START Data shown

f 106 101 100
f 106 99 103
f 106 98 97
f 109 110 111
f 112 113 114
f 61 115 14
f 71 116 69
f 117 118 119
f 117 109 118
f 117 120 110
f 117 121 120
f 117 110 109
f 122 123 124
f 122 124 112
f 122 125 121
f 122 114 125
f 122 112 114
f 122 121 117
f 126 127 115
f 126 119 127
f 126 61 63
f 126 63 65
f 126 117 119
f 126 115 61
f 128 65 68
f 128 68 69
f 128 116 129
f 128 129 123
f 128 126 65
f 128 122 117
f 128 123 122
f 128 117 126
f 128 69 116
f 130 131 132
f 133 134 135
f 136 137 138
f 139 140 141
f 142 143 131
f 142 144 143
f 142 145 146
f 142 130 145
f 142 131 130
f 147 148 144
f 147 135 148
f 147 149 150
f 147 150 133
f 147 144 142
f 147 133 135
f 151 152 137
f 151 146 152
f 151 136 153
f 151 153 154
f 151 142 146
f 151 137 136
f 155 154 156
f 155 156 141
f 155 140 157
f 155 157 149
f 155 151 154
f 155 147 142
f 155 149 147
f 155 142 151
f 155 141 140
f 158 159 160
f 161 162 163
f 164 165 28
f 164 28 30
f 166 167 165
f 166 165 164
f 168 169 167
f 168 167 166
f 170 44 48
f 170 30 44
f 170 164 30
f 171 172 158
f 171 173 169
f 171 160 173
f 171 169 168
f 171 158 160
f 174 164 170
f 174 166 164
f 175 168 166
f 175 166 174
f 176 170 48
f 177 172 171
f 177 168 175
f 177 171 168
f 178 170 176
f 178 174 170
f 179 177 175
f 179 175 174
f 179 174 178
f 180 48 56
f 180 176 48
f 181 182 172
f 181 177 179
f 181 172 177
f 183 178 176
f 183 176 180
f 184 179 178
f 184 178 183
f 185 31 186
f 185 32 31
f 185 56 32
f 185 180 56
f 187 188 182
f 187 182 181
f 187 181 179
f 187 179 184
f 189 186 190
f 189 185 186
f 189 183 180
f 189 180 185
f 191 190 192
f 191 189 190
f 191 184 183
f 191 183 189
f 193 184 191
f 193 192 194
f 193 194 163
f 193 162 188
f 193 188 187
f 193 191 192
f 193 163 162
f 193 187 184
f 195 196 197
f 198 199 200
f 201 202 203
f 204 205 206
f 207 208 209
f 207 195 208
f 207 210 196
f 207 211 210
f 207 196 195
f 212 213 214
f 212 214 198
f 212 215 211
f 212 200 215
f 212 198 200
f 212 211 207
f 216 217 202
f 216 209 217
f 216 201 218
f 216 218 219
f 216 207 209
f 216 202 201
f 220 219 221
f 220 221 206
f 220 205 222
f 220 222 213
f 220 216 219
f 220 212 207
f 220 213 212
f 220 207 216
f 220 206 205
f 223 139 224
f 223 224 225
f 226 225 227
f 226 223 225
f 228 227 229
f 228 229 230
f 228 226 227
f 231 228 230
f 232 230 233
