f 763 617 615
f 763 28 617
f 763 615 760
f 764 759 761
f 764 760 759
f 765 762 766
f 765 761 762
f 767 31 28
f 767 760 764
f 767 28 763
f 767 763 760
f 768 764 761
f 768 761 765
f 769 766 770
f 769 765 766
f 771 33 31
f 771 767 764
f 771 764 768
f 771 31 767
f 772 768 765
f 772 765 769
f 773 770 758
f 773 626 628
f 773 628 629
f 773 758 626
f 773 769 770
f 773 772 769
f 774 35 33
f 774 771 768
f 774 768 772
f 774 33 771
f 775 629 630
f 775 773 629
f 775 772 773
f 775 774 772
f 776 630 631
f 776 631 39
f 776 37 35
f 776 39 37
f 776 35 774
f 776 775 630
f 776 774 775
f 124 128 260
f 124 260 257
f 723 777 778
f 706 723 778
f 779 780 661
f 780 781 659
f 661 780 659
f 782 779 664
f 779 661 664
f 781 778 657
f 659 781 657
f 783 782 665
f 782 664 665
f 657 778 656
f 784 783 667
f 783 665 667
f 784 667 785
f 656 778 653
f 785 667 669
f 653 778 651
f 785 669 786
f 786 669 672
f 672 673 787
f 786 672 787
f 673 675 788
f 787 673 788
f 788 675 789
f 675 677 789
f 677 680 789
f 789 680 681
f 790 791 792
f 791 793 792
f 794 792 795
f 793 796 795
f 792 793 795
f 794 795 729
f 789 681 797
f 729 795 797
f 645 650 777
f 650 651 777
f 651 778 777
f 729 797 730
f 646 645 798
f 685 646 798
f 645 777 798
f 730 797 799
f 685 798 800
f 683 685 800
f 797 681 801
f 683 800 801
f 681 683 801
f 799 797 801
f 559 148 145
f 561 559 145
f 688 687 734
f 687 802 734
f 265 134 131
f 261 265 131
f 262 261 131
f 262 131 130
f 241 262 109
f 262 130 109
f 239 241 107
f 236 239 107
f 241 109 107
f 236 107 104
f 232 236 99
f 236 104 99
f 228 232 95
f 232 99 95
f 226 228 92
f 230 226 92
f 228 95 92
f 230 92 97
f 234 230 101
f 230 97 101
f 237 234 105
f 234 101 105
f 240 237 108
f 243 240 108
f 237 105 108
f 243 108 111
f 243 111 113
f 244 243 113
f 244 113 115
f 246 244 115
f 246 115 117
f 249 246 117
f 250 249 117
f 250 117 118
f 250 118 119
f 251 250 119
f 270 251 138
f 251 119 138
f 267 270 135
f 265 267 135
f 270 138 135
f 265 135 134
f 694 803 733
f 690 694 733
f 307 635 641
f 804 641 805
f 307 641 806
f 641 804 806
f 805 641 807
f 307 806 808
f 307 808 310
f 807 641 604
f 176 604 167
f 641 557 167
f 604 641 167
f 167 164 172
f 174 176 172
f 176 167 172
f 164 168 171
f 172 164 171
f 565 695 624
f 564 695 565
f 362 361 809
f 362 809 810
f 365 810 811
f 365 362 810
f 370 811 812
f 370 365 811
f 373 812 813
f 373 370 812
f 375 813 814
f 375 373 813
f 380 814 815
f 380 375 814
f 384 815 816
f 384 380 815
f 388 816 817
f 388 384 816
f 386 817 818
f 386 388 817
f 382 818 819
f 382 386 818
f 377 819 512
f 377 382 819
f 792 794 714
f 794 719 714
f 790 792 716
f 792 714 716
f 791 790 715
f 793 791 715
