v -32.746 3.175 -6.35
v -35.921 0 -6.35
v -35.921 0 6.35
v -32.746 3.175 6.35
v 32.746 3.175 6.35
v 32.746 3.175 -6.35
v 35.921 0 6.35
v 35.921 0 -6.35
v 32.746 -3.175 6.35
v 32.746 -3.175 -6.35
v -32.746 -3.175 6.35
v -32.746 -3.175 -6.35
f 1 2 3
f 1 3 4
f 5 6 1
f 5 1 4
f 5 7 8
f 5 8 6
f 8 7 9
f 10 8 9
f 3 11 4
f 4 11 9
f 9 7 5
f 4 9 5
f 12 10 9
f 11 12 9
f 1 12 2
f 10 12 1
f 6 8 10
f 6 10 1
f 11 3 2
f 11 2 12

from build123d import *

# Parameters (mm, degrees)
F0_W             = 6.35
F0_H             = 12.7
F1_DEPTH         = 35.92068
F3_DEPTH         = 6.351
F3_DEPTH_BACK    = 6.351
F3_COPIES2_COUNT = 2


# Not quite as in the source:
# - a pattern or mirror of a feature is missing from the dataset's text; its kind, count and spacing are read off the source's solid


with BuildPart() as f1:
    # F0 (on Right) → F1 (new body, symmetric)
    with BuildSketch(Plane.YZ):
        Rectangle(F0_W, F0_H)
    extrude(amount=F1_DEPTH, both=True)

    # F2 (on Top) → F3 (cut, two sides)
    with BuildSketch(Plane.XY) as f3_sk:
        Polygon((-35.92068, 3.175), (-35.92068, 0), (-32.74568, 3.175), align=None)
    f3 = extrude(amount=-F3_DEPTH, mode=Mode.SUBTRACT) + extrude(f3_sk.sketch, amount=F3_DEPTH_BACK, mode=Mode.SUBTRACT)

    # F3_copies: F3 across plane
    add(f3.mirror(Plane(origin=(0, 0, 0), x_dir=(0, 0, -1), z_dir=(0, -1, 0))), mode=Mode.SUBTRACT)

    # F3_copies1: F3 across plane
    add(f3.mirror(Plane(origin=(0, 0, 0), x_dir=(0, 0, 1), z_dir=(1, 0, 0))), mode=Mode.SUBTRACT)

    # F3_copies2: F3 ×2 about axis
    f3_copies2_axis = Axis((0, 0, 0), (0, 0, 1))
    for i in range(1, F3_COPIES2_COUNT):
        add(f3.rotate(f3_copies2_axis, i * 360 / F3_COPIES2_COUNT), mode=Mode.SUBTRACT)


solid = f1.part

END Data shown

▸ **About this task**
Nothing but an exact copy of the lines from the start of the entries through the line containing "f 155 149 147" belongs in the response.

▸ **Solution to this problem**
f 106 101 100
f 106 99 103
f 106 98 97
f 109 110 111
f 112 113 114
f 61 115 14
f 71 116 69
f 117 118 119
f 117 109 118
f 117 120 110
f 117 121 120
f 117 110 109
f 122 123 124
f 122 124 112
f 122 125 121
f 122 114 125
f 122 112 114
f 122 121 117
f 126 127 115
f 126 119 127
f 126 61 63
f 126 63 65
f 126 117 119
f 126 115 61
f 128 65 68
f 128 68 69
f 128 116 129
f 128 129 123
f 128 126 65
f 128 122 117
f 128 123 122
f 128 117 126
f 128 69 116
f 130 131 132
f 133 134 135
f 136 137 138
f 139 140 141
f 142 143 131
f 142 144 143
f 142 145 146
f 142 130 145
f 142 131 130
f 147 148 144
f 147 135 148
f 147 149 150
f 147 150 133
f 147 144 142
f 147 133 135
f 151 152 137
f 151 146 152
f 151 136 153
f 151 153 154
f 151 142 146
f 151 137 136
f 155 154 156
f 155 156 141
f 155 140 157
f 155 157 149
f 155 151 154
f 155 147 142
f 155 149 147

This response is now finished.